[Stored items]
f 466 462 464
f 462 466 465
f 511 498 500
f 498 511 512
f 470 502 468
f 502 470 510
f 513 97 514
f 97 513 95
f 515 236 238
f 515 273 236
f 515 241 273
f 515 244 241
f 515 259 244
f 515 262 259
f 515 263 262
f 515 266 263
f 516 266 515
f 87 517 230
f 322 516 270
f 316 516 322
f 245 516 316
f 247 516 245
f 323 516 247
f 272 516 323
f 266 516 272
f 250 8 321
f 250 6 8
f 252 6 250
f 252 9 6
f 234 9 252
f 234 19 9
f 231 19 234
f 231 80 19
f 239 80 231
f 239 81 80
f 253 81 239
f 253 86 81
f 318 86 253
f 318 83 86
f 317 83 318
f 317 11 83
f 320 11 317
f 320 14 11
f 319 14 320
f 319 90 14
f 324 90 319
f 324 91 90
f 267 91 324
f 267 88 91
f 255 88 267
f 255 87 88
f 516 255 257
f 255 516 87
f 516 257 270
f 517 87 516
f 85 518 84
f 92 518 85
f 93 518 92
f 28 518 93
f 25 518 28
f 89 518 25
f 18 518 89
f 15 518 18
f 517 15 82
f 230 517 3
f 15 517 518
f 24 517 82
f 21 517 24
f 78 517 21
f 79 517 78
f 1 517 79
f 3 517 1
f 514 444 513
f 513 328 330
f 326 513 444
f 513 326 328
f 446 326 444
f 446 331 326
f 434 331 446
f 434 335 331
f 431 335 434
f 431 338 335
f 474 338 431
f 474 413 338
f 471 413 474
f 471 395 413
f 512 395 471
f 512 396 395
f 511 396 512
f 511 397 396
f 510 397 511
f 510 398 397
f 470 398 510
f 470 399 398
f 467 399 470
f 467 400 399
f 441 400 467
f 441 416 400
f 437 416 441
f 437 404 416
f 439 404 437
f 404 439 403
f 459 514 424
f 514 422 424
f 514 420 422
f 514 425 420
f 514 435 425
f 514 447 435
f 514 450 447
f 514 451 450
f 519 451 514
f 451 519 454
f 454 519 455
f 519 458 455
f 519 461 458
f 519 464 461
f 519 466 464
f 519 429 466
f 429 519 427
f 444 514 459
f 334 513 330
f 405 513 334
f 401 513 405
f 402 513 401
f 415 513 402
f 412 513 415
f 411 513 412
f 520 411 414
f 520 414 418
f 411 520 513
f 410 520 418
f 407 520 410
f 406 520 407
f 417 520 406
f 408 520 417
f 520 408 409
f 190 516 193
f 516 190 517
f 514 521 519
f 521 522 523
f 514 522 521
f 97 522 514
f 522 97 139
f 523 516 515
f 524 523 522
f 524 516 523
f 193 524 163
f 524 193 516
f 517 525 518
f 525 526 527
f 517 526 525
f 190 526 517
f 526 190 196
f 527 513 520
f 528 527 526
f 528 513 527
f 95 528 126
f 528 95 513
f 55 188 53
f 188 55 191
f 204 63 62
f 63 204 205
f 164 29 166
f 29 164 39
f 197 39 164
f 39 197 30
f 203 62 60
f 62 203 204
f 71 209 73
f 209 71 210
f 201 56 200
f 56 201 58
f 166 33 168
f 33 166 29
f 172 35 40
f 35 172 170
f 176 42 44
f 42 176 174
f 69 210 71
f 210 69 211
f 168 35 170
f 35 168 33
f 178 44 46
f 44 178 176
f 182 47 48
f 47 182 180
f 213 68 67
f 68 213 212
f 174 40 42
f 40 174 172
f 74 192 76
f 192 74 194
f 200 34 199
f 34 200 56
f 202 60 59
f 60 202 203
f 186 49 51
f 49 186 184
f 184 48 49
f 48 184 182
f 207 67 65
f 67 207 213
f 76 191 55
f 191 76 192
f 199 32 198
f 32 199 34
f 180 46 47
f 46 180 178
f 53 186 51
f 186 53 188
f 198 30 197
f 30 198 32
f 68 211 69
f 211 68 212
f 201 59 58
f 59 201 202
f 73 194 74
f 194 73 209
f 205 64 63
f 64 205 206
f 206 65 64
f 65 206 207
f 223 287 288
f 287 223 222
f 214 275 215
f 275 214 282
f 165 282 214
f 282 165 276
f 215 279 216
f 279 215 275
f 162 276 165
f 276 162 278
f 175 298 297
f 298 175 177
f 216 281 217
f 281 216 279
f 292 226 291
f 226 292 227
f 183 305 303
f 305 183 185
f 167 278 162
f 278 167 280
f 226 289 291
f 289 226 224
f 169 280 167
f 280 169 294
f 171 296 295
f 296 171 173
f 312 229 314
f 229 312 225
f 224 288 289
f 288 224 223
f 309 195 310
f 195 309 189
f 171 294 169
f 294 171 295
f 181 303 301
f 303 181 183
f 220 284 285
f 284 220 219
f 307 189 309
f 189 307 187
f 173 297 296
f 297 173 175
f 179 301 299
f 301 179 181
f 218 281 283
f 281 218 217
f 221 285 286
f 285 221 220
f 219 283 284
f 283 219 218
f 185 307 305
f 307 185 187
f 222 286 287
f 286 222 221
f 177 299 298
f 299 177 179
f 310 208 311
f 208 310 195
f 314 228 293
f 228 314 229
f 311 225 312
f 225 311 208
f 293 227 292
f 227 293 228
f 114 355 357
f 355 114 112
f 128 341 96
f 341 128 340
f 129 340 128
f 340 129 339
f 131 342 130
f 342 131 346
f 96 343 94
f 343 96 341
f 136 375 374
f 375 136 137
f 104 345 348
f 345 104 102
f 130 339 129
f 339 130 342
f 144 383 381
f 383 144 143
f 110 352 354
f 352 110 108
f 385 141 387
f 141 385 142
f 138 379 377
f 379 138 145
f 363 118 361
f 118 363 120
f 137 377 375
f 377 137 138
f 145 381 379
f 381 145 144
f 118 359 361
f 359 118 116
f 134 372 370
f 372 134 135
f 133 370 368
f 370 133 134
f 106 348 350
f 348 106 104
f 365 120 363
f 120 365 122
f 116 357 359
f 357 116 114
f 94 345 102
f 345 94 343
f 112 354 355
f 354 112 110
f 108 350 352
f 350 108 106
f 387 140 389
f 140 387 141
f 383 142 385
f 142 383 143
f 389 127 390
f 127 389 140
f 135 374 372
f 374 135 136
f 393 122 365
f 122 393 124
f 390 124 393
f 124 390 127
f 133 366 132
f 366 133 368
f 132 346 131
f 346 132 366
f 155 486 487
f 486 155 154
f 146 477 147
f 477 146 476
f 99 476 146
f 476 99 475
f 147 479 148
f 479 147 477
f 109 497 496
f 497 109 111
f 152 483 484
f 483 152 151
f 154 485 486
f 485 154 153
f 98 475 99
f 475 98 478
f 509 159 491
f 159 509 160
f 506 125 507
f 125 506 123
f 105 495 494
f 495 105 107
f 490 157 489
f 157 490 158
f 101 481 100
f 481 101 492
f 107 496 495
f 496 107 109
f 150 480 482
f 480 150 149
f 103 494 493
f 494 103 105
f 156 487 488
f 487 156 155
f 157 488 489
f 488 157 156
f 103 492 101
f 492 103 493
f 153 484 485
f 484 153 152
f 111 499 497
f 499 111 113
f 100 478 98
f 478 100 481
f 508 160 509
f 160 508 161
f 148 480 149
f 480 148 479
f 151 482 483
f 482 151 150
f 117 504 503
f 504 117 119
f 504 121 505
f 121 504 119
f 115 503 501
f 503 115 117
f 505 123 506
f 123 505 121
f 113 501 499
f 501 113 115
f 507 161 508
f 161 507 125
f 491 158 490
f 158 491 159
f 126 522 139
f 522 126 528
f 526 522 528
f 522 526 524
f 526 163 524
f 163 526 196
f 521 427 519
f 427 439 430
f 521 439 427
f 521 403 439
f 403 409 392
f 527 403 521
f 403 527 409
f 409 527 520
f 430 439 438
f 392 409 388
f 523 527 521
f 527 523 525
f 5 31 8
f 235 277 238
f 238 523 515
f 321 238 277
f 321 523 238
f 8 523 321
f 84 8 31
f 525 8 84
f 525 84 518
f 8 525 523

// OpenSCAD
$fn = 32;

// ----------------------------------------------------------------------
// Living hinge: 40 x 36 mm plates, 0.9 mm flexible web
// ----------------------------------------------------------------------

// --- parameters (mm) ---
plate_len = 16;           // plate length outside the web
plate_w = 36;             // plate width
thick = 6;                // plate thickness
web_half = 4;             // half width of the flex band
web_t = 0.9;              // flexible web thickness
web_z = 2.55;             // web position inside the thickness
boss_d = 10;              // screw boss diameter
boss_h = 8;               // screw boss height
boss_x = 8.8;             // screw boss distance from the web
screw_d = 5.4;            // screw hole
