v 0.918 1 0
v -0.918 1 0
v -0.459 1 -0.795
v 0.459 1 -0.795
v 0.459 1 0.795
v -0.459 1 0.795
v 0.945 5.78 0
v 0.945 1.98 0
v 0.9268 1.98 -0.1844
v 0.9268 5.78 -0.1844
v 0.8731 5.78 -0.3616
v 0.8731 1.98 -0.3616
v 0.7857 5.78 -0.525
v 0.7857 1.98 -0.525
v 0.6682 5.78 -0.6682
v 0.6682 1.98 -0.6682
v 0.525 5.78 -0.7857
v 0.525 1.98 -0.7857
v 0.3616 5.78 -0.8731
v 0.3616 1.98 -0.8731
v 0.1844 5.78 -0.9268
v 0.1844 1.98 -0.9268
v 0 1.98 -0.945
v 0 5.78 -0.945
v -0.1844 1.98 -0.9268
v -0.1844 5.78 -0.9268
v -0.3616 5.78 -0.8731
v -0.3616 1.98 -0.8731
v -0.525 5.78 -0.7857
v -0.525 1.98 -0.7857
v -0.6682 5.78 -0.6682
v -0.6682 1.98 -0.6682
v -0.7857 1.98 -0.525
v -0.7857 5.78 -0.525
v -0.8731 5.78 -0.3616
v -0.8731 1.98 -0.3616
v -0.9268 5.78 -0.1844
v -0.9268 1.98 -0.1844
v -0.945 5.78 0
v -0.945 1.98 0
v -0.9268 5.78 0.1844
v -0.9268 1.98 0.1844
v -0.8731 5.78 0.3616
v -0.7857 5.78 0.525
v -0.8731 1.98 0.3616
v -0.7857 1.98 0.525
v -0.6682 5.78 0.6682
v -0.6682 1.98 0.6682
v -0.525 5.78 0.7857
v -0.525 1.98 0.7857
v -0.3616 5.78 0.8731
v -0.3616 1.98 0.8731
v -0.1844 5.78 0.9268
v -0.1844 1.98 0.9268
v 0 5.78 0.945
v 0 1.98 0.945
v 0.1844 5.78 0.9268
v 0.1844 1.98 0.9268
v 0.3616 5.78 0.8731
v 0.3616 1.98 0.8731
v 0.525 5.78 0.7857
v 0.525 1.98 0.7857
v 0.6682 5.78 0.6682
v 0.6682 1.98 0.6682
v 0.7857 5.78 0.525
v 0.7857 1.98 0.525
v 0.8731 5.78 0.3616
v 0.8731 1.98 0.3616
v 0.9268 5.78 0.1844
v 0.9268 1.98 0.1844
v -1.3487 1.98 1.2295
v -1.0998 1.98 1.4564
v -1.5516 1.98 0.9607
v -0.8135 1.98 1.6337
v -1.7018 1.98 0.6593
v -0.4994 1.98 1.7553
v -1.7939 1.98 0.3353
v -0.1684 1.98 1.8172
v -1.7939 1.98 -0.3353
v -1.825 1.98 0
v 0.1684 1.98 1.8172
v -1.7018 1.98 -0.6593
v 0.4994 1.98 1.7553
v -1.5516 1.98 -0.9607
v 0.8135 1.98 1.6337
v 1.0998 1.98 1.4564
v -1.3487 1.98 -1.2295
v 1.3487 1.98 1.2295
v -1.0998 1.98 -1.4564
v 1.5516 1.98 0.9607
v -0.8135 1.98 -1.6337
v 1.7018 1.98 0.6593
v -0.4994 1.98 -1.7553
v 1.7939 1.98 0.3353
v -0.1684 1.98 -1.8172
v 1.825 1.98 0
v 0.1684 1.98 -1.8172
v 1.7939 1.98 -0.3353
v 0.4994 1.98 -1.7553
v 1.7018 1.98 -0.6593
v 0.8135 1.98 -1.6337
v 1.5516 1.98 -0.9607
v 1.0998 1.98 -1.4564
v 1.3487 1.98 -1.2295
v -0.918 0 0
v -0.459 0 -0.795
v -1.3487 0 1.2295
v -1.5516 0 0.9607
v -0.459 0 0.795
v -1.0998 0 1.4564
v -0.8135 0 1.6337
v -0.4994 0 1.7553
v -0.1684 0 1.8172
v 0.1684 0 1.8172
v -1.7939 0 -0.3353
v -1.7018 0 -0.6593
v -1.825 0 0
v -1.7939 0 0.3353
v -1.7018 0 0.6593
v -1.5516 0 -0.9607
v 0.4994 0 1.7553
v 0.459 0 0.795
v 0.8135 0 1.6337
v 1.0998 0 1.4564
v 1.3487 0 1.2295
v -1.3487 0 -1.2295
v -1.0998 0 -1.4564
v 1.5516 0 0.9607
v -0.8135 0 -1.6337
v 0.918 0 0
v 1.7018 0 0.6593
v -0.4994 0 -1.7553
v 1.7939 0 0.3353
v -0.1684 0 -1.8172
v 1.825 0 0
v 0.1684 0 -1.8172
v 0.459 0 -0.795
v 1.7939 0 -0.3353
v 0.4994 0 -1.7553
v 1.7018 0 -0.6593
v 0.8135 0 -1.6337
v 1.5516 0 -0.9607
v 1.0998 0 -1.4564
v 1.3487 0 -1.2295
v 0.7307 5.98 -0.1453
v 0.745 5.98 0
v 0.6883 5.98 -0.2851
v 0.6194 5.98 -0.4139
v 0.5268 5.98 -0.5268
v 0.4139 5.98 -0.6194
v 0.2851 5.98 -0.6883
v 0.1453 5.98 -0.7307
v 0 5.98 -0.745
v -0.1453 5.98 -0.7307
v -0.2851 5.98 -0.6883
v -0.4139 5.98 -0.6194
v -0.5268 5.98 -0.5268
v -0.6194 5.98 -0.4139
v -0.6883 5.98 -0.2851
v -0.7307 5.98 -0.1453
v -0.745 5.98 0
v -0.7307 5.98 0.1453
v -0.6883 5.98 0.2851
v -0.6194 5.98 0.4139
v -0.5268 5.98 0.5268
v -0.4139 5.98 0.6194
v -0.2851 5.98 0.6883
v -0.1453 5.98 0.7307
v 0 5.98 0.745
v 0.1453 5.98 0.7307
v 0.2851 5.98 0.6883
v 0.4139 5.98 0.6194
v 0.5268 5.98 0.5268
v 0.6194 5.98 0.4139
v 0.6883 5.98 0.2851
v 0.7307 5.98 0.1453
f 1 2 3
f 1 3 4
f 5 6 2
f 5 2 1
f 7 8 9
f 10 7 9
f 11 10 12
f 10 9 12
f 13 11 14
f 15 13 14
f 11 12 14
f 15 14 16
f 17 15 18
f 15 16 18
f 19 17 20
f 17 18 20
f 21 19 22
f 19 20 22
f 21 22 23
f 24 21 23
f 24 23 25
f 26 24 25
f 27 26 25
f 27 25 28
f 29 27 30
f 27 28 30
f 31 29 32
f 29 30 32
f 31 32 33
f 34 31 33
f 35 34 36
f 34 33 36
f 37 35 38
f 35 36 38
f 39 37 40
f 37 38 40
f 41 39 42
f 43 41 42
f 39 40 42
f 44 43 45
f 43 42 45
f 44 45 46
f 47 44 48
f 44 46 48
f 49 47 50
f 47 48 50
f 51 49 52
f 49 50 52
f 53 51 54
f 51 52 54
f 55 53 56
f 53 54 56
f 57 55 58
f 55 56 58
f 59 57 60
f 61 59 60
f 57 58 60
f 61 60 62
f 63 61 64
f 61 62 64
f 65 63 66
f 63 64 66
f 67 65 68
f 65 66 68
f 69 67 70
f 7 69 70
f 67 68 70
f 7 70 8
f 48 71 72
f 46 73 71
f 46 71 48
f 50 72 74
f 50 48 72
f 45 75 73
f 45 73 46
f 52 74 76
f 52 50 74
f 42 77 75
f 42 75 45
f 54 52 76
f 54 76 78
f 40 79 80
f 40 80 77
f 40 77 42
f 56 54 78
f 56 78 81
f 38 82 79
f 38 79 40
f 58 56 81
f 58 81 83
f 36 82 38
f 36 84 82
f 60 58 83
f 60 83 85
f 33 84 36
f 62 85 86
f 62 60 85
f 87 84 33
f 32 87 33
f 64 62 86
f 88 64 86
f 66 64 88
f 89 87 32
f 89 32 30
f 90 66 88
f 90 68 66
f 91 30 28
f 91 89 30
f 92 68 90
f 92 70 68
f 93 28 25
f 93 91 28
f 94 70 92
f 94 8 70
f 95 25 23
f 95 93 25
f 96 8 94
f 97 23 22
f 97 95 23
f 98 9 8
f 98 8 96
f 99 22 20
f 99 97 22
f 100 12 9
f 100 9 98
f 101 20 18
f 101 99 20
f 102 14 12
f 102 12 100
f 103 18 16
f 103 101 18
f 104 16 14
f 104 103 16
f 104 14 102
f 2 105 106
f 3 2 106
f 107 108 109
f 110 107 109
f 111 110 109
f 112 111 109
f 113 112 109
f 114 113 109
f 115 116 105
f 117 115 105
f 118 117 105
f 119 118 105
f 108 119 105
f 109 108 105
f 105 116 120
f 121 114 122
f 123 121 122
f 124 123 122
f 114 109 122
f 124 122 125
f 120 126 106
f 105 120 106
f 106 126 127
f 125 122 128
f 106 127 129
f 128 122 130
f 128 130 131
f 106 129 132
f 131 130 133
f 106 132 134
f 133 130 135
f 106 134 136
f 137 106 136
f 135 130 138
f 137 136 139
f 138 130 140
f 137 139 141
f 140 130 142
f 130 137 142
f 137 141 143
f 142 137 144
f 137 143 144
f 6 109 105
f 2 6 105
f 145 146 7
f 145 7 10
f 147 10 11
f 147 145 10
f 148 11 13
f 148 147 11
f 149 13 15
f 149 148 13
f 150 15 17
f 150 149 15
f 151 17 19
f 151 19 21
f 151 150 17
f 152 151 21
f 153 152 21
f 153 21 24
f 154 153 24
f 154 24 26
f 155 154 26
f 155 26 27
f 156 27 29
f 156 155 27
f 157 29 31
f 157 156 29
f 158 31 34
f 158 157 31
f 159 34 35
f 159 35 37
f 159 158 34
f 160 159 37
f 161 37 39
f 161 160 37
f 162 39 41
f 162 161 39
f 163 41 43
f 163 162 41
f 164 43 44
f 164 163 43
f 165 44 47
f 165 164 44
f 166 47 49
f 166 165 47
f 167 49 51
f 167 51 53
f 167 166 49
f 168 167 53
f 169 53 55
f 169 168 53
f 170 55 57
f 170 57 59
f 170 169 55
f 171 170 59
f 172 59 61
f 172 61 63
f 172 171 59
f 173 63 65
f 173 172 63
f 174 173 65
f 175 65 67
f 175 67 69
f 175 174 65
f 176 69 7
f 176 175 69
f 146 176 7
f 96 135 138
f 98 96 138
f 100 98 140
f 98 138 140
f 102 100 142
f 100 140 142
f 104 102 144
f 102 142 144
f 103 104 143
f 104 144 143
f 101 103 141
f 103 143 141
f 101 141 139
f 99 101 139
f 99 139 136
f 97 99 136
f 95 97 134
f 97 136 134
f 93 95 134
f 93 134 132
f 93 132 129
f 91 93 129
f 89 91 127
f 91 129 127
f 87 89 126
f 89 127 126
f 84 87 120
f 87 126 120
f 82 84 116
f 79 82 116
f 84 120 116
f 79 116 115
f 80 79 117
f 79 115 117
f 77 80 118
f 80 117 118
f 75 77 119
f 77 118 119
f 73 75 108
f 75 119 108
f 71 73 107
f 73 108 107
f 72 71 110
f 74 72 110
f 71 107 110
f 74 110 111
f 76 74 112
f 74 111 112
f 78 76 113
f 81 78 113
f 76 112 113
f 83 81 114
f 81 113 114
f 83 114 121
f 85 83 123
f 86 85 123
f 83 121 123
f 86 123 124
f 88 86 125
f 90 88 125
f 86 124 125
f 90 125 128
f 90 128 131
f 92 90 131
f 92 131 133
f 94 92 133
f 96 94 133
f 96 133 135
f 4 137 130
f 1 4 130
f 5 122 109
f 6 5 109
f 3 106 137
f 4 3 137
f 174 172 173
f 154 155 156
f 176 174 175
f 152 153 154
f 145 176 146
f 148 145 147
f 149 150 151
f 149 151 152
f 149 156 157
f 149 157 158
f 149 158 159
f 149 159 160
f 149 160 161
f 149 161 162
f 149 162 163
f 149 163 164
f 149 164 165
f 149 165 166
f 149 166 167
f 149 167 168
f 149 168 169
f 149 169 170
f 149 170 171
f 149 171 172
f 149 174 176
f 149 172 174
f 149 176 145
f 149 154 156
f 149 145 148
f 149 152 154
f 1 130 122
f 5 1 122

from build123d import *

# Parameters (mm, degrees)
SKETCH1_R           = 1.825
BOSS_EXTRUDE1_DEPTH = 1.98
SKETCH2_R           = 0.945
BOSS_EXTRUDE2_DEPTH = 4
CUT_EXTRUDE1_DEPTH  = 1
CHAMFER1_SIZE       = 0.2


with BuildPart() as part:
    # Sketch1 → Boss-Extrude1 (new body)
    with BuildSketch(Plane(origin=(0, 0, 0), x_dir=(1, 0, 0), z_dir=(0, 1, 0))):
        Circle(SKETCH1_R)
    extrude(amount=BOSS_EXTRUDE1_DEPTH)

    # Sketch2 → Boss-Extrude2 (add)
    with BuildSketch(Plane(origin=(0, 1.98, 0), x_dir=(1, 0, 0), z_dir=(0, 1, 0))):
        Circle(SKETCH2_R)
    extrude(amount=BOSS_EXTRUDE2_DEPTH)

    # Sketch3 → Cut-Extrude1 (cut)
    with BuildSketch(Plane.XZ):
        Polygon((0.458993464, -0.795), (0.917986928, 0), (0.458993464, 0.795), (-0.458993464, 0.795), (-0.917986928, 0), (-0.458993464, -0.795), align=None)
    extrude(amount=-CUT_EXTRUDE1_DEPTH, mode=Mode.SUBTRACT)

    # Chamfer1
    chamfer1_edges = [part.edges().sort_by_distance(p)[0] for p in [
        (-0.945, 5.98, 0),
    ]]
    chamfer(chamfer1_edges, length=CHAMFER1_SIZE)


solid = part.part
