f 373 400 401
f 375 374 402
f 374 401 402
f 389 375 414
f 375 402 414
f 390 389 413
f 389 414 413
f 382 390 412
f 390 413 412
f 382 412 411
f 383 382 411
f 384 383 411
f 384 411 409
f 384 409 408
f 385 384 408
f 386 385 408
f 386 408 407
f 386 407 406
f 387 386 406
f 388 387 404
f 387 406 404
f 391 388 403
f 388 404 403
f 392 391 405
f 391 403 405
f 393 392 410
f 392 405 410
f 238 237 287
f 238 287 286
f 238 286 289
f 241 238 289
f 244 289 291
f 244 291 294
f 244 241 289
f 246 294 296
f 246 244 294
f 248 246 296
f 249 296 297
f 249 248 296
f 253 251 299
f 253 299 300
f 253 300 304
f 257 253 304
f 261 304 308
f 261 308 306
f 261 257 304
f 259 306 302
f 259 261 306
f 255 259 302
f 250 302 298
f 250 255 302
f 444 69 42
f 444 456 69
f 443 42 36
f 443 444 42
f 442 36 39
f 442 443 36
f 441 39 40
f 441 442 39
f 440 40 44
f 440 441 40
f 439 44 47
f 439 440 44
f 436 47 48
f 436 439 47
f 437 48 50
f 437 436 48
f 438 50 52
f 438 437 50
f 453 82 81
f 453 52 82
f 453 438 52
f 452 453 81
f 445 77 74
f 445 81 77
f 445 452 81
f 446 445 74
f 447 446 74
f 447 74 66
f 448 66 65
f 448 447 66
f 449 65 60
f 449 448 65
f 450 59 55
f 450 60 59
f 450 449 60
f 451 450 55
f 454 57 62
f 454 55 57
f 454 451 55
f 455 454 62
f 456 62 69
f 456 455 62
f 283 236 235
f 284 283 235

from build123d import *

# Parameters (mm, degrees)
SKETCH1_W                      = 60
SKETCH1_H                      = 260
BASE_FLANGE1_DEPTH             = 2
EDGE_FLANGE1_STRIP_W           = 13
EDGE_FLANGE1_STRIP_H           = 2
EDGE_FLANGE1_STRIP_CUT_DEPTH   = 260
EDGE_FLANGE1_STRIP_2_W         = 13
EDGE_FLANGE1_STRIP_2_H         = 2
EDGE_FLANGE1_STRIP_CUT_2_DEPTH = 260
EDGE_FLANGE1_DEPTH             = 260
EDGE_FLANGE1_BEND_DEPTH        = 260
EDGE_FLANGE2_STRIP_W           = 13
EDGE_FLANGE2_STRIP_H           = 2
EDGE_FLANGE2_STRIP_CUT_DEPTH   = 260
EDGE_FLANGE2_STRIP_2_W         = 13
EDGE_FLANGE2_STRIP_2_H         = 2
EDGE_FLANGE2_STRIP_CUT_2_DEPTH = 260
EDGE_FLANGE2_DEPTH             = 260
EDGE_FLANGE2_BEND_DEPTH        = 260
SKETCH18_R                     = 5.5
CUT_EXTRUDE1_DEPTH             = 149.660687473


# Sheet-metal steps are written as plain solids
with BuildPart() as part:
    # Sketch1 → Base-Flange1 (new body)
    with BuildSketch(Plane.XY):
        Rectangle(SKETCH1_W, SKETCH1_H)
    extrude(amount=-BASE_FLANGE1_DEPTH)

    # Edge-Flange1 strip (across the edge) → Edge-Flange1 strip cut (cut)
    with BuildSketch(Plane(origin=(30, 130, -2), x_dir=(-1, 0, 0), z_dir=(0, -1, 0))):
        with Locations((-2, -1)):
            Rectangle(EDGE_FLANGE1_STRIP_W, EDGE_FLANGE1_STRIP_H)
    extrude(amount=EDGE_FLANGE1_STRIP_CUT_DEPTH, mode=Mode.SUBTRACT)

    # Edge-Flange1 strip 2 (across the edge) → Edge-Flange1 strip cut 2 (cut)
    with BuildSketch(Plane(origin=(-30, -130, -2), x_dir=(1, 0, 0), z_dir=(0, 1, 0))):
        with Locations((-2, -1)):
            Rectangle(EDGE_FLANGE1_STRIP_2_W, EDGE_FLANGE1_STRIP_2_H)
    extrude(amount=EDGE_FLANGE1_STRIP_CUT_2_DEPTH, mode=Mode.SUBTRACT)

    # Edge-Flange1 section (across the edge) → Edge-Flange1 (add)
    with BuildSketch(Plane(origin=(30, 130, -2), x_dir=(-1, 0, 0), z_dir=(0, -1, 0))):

- _WHAT IS NEEDED_
Return word for word the lines above from the line with "f 497 109 111" to the line with "boss_h = 8;", including both and leaving out all others.

- _ANSWER SECTION_
f 497 109 111
f 152 483 484
f 483 152 151
f 154 485 486
f 485 154 153
f 98 475 99
f 475 98 478
f 509 159 491
f 159 509 160
f 506 125 507
f 125 506 123
f 105 495 494
f 495 105 107
f 490 157 489
f 157 490 158
f 101 481 100
f 481 101 492
f 107 496 495
f 496 107 109
f 150 480 482
f 480 150 149
f 103 494 493
f 494 103 105
f 156 487 488
f 487 156 155
f 157 488 489
f 488 157 156
f 103 492 101
f 492 103 493
f 153 484 485
f 484 153 152
f 111 499 497
f 499 111 113
f 100 478 98
f 478 100 481
f 508 160 509
f 160 508 161
f 148 480 149
f 480 148 479
f 151 482 483
f 482 151 150
f 117 504 503
f 504 117 119
f 504 121 505
f 121 504 119
f 115 503 501
f 503 115 117
f 505 123 506
f 123 505 121
f 113 501 499
f 501 113 115
f 507 161 508
f 161 507 125
f 491 158 490
f 158 491 159
f 126 522 139
f 522 126 528
f 526 522 528
f 522 526 524
f 526 163 524
f 163 526 196
f 521 427 519
f 427 439 430
f 521 439 427
f 521 403 439
f 403 409 392
f 527 403 521
f 403 527 409
f 409 527 520
f 430 439 438
f 392 409 388
f 523 527 521
f 527 523 525
f 5 31 8
f 235 277 238
f 238 523 515
f 321 238 277
f 321 523 238
f 8 523 321
f 84 8 31
f 525 8 84
f 525 84 518
f 8 525 523

// OpenSCAD
$fn = 32;

// ----------------------------------------------------------------------
// Living hinge: 40 x 36 mm plates, 0.9 mm flexible web
// ----------------------------------------------------------------------

// --- parameters (mm) ---
plate_len = 16;           // plate length outside the web
plate_w = 36;             // plate width
thick = 6;                // plate thickness
web_half = 4;             // half width of the flex band
web_t = 0.9;              // flexible web thickness
web_z = 2.55;             // web position inside the thickness
boss_d = 10;              // screw boss diameter
boss_h = 8;               // screw boss height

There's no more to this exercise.